Description of the task: Start at the line below containing "#88=FACE_BOUND('',#87,.T.);" and stop at the line containing "#110=ORIENTED_EDGE('',*,*,#109,.F.);". Repeat every line of that stretch exactly, and nothing outside it.

═════ Record set

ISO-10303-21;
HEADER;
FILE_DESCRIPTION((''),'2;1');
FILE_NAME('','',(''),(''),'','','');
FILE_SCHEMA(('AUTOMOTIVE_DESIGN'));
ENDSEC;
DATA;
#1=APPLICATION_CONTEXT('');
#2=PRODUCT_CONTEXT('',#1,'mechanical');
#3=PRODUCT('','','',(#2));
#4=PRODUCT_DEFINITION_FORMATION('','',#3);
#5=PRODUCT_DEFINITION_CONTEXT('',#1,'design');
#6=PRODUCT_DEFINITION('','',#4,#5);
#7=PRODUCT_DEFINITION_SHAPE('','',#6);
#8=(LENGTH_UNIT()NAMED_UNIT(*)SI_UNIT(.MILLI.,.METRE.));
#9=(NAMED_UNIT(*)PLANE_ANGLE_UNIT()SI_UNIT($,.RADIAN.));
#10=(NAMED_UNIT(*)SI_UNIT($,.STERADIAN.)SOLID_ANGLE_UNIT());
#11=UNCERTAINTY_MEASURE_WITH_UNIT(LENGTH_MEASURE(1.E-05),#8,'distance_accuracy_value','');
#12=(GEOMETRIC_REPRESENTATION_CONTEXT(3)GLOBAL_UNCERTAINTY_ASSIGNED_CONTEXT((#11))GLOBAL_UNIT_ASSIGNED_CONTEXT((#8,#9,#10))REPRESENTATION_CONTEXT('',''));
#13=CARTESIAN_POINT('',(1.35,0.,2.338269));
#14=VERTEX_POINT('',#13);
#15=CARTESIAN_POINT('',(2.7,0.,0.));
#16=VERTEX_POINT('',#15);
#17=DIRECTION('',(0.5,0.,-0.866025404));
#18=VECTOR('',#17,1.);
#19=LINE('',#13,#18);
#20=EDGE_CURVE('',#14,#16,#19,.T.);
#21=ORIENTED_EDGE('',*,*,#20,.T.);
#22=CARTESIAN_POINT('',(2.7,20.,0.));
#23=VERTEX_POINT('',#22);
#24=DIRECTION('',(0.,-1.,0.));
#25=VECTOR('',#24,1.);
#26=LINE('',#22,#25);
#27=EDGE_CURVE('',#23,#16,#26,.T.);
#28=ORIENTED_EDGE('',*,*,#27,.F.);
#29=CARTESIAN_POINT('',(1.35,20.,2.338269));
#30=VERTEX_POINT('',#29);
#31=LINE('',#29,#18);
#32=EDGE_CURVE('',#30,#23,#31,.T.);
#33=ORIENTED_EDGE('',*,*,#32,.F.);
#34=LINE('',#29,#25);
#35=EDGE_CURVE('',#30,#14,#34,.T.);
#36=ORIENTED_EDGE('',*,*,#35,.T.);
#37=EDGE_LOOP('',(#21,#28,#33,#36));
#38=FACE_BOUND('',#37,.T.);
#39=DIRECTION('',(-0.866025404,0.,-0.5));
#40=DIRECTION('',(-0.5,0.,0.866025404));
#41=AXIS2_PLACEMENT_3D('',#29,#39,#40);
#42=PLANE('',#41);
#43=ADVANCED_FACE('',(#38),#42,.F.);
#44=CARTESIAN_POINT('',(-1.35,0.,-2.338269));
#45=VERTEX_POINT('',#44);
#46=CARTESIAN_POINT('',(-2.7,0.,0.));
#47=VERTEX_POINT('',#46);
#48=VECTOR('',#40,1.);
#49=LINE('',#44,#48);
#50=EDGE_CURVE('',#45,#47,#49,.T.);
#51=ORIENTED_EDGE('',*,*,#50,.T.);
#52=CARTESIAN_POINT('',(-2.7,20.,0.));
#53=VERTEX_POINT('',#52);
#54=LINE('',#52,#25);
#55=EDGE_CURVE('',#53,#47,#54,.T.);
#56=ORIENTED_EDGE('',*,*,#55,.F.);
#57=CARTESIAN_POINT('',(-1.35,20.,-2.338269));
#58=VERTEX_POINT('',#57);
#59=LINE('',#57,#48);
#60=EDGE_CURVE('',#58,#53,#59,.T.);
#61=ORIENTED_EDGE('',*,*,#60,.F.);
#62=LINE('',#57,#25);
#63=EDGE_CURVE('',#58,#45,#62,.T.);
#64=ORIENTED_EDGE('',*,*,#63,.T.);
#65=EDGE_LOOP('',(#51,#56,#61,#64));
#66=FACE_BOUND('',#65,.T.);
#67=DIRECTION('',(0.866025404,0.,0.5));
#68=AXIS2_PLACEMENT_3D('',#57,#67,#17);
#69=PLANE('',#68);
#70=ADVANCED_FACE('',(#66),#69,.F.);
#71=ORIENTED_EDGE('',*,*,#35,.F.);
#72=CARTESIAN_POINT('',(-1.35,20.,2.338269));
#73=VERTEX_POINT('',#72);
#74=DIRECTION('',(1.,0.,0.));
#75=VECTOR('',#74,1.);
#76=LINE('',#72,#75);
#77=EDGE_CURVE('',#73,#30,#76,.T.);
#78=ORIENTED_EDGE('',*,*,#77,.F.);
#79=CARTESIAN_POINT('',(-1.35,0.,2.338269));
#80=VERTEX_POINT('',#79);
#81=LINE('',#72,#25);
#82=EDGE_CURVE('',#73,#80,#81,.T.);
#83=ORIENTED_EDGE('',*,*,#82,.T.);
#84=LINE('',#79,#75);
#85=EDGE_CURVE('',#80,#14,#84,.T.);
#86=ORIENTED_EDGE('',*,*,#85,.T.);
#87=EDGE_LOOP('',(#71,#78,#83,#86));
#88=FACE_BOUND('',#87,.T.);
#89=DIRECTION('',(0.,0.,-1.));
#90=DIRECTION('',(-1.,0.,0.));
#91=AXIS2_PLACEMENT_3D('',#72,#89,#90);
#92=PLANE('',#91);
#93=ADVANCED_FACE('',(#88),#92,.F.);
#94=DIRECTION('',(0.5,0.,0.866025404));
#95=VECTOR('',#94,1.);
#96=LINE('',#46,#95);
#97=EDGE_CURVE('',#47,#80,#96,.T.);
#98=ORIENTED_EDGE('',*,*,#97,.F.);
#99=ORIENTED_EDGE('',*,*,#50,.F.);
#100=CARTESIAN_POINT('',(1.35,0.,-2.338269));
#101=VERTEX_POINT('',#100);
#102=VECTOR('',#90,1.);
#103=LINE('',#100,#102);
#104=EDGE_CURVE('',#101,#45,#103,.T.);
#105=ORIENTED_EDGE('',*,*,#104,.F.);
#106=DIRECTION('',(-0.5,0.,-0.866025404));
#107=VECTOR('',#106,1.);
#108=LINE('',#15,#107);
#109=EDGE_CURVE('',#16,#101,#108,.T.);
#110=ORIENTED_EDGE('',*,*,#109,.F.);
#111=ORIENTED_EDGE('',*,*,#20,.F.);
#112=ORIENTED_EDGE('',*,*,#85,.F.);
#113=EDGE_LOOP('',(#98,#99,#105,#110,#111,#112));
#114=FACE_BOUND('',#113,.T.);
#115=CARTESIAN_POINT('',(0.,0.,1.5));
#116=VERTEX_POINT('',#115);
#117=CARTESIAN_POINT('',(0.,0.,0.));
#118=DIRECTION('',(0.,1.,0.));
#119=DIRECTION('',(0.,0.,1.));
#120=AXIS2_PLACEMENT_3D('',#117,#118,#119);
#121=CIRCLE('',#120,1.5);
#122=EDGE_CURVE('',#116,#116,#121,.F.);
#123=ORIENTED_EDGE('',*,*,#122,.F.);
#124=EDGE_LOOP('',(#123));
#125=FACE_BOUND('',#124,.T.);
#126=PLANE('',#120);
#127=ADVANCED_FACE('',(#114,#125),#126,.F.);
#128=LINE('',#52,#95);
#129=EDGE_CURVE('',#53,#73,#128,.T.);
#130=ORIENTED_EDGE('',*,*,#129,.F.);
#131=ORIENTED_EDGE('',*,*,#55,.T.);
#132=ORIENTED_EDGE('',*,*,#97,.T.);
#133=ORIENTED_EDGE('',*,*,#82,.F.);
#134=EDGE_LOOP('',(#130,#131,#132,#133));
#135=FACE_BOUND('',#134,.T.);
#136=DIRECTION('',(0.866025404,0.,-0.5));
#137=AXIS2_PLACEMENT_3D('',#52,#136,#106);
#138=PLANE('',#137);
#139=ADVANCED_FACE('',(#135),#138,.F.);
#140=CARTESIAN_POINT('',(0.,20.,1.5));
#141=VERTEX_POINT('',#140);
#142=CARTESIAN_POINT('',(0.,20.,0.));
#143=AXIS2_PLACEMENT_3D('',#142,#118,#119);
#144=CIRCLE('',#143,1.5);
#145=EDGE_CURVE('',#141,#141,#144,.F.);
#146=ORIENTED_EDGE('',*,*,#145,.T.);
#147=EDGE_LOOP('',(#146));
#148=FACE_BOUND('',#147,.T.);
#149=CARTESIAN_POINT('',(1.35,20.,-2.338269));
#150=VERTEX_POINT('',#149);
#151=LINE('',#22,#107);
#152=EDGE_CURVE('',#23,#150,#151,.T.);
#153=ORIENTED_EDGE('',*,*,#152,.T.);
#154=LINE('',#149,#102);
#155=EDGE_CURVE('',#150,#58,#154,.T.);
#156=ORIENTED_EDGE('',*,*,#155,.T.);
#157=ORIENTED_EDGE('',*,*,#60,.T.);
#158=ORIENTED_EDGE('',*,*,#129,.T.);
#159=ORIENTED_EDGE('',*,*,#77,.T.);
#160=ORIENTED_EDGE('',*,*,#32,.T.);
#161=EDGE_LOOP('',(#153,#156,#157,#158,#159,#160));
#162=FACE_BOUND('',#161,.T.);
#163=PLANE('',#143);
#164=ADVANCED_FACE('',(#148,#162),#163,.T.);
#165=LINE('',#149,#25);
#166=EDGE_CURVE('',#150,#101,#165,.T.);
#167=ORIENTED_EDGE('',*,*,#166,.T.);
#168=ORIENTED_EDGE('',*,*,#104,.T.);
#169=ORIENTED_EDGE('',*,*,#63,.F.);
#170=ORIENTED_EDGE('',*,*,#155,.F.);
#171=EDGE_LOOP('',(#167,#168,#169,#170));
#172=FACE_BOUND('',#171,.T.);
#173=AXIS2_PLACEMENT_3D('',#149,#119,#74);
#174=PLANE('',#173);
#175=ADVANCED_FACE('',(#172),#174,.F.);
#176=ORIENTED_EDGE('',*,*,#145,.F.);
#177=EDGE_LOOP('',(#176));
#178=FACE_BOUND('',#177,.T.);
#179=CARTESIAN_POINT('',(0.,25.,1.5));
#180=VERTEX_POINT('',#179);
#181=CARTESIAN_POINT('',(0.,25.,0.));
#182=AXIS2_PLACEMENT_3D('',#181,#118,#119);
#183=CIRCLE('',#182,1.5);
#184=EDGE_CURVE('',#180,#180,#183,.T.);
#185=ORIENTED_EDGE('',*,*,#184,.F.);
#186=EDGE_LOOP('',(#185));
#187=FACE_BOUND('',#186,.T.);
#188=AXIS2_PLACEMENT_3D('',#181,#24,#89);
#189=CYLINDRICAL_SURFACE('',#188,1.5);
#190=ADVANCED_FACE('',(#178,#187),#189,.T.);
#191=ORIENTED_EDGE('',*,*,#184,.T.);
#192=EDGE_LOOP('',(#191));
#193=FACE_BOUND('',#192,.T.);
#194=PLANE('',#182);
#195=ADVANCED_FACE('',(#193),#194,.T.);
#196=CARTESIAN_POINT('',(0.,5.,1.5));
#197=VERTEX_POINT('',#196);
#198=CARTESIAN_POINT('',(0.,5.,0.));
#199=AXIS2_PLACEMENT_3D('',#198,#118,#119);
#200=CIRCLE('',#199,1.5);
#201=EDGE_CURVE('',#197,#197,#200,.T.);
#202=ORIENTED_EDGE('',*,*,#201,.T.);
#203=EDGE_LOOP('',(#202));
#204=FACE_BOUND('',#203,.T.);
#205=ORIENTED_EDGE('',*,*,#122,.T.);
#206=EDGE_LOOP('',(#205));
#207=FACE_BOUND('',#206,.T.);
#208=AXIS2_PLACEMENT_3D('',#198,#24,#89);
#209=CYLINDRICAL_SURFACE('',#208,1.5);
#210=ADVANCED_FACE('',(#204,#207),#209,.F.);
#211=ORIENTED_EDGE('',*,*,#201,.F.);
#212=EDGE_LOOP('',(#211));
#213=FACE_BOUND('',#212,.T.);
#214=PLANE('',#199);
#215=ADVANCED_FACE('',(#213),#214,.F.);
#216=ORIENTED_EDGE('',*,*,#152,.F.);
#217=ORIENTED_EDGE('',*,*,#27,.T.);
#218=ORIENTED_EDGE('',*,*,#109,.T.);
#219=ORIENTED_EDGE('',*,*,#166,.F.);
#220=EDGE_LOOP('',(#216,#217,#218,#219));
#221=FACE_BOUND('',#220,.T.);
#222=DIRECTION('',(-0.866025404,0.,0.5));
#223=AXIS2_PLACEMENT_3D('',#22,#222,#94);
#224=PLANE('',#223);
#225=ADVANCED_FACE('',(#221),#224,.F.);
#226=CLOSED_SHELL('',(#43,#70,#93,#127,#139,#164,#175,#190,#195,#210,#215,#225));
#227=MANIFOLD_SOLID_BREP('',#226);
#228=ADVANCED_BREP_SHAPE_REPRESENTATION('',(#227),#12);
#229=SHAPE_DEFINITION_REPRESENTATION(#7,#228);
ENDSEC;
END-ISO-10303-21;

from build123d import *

# Parameters (mm, degrees)
EXTRUDE_1_DEPTH          = 20
SKETCH_2_R               = 1.5
EXTRUDE_2_DEPTH          = 25
CUT_EXTRUDE_2_DEPTH      = 5
CUT_EXTRUDE_2_DEPTH_BACK = 1
SKETCH_3_R               = 1.5


with BuildPart() as part:
    # 草图1 → 凸台-拉伸1 (new body)
    with BuildSketch(Plane(origin=(0, 0, 0), x_dir=(1, 0, 0), z_dir=(0, 1, 0))):
        Polygon((2.7, 0), (1.35, 2.33826859), (-1.35, 2.33826859), (-2.7, 0), (-1.35, -2.33826859), (1.35, -2.33826859), align=None)
    extrude(amount=EXTRUDE_1_DEPTH)

    # 草图2 → 凸台-拉伸2 (add)
    with BuildSketch(Plane(origin=(0, 0, 0), x_dir=(1, 0, 0), z_dir=(0, 1, 0))):
        with Locations(Location((0, 0, 0), (0, 0, 270))):
            Circle(SKETCH_2_R)
    extrude(amount=EXTRUDE_2_DEPTH)

    # 草图3 → 切除-拉伸2 (cut, two sides: drawn at the far end of the back side and taken through both)
    with BuildSketch(Plane(origin=(0, 0, 0), x_dir=(1, 0, 0), z_dir=(0, 1, 0)).offset(-CUT_EXTRUDE_2_DEPTH_BACK)):
        with Locations(Location((0, 0, 0), (0, 0, 270))):
            Circle(SKETCH_3_R)
    extrude(amount=CUT_EXTRUDE_2_DEPTH + CUT_EXTRUDE_2_DEPTH_BACK, mode=Mode.SUBTRACT)


solid = part.part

══════════

Solution to the exercise:
#88=FACE_BOUND('',#87,.T.);
#89=DIRECTION('',(0.,0.,-1.));
#90=DIRECTION('',(-1.,0.,0.));
#91=AXIS2_PLACEMENT_3D('',#72,#89,#90);
#92=PLANE('',#91);
#93=ADVANCED_FACE('',(#88),#92,.F.);
#94=DIRECTION('',(0.5,0.,0.866025404));
#95=VECTOR('',#94,1.);
#96=LINE('',#46,#95);
#97=EDGE_CURVE('',#47,#80,#96,.T.);
#98=ORIENTED_EDGE('',*,*,#97,.F.);
#99=ORIENTED_EDGE('',*,*,#50,.F.);
#100=CARTESIAN_POINT('',(1.35,0.,-2.338269));
#101=VERTEX_POINT('',#100);
#102=VECTOR('',#90,1.);
#103=LINE('',#100,#102);
#104=EDGE_CURVE('',#101,#45,#103,.T.);
#105=ORIENTED_EDGE('',*,*,#104,.F.);
#106=DIRECTION('',(-0.5,0.,-0.866025404));
#107=VECTOR('',#106,1.);
#108=LINE('',#15,#107);
#109=EDGE_CURVE('',#16,#101,#108,.T.);
#110=ORIENTED_EDGE('',*,*,#109,.F.);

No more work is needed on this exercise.